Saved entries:
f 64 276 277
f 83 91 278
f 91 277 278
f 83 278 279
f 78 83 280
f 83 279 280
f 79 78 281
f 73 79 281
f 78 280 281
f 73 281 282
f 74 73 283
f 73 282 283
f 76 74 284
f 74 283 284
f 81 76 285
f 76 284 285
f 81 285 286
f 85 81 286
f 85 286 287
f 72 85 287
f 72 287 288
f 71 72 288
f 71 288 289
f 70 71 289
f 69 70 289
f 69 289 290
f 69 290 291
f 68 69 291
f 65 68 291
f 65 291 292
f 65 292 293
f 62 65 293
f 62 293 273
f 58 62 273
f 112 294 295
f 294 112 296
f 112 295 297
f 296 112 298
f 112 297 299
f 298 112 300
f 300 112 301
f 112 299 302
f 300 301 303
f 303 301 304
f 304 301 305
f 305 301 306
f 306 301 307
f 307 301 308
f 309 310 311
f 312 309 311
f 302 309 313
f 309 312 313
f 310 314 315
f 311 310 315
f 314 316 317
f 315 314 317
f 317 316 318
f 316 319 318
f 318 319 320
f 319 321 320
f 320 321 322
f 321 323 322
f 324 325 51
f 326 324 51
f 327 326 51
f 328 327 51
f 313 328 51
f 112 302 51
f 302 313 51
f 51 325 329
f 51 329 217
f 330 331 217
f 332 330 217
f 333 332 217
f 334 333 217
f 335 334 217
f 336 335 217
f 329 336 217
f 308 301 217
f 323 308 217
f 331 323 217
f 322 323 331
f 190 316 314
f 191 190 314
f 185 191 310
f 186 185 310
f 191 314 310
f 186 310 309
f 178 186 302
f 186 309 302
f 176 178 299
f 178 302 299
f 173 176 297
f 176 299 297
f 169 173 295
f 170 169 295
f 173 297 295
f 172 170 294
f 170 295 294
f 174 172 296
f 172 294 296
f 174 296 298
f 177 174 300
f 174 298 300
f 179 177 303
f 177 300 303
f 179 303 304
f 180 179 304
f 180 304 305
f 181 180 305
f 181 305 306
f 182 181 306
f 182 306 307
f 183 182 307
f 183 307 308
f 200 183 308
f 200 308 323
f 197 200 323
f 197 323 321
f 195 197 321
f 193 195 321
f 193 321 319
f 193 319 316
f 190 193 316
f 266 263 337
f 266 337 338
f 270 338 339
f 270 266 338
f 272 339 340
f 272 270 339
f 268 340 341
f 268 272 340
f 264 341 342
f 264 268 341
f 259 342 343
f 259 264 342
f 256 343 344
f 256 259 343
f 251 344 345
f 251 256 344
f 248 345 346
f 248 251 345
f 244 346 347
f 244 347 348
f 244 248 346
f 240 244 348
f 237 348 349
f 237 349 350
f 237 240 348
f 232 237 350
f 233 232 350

Activity:
Give back the data exactly, with no line dropped.

Output of the exercise:
f 64 276 277
f 83 91 278
f 91 277 278
f 83 278 279
f 78 83 280
f 83 279 280
f 79 78 281
f 73 79 281
f 78 280 281
f 73 281 282
f 74 73 283
f 73 282 283
f 76 74 284
f 74 283 284
f 81 76 285
f 76 284 285
f 81 285 286
f 85 81 286
f 85 286 287
f 72 85 287
f 72 287 288
f 71 72 288
f 71 288 289
f 70 71 289
f 69 70 289
f 69 289 290
f 69 290 291
f 68 69 291
f 65 68 291
f 65 291 292
f 65 292 293
f 62 65 293
f 62 293 273
f 58 62 273
f 112 294 295
f 294 112 296
f 112 295 297
f 296 112 298
f 112 297 299
f 298 112 300
f 300 112 301
f 112 299 302
f 300 301 303
f 303 301 304
f 304 301 305
f 305 301 306
f 306 301 307
f 307 301 308
f 309 310 311
f 312 309 311
f 302 309 313
f 309 312 313
f 310 314 315
f 311 310 315
f 314 316 317
f 315 314 317
f 317 316 318
f 316 319 318
f 318 319 320
f 319 321 320
f 320 321 322
f 321 323 322
f 324 325 51
f 326 324 51
f 327 326 51
f 328 327 51
f 313 328 51
f 112 302 51
f 302 313 51
f 51 325 329
f 51 329 217
f 330 331 217
f 332 330 217
f 333 332 217
f 334 333 217
f 335 334 217
f 336 335 217
f 329 336 217
f 308 301 217
f 323 308 217
f 331 323 217
f 322 323 331
f 190 316 314
f 191 190 314
f 185 191 310
f 186 185 310
f 191 314 310
f 186 310 309
f 178 186 302
f 186 309 302
f 176 178 299
f 178 302 299
f 173 176 297
f 176 299 297
f 169 173 295
f 170 169 295
f 173 297 295
f 172 170 294
f 170 295 294
f 174 172 296
f 172 294 296
f 174 296 298
f 177 174 300
f 174 298 300
f 179 177 303
f 177 300 303
f 179 303 304
f 180 179 304
f 180 304 305
f 181 180 305
f 181 305 306
f 182 181 306
f 182 306 307
f 183 182 307
f 183 307 308
f 200 183 308
f 200 308 323
f 197 200 323
f 197 323 321
f 195 197 321
f 193 195 321
f 193 321 319
f 193 319 316
f 190 193 316
f 266 263 337
f 266 337 338
f 270 338 339
f 270 266 338
f 272 339 340
f 272 270 339
f 268 340 341
f 268 272 340
f 264 341 342
f 264 268 341
f 259 342 343
f 259 264 342
f 256 343 344
f 256 259 343
f 251 344 345
f 251 256 344
f 248 345 346
f 248 251 345
f 244 346 347
f 244 347 348
f 244 248 346
f 240 244 348
f 237 348 349
f 237 349 350
f 237 240 348
f 232 237 350
f 233 232 350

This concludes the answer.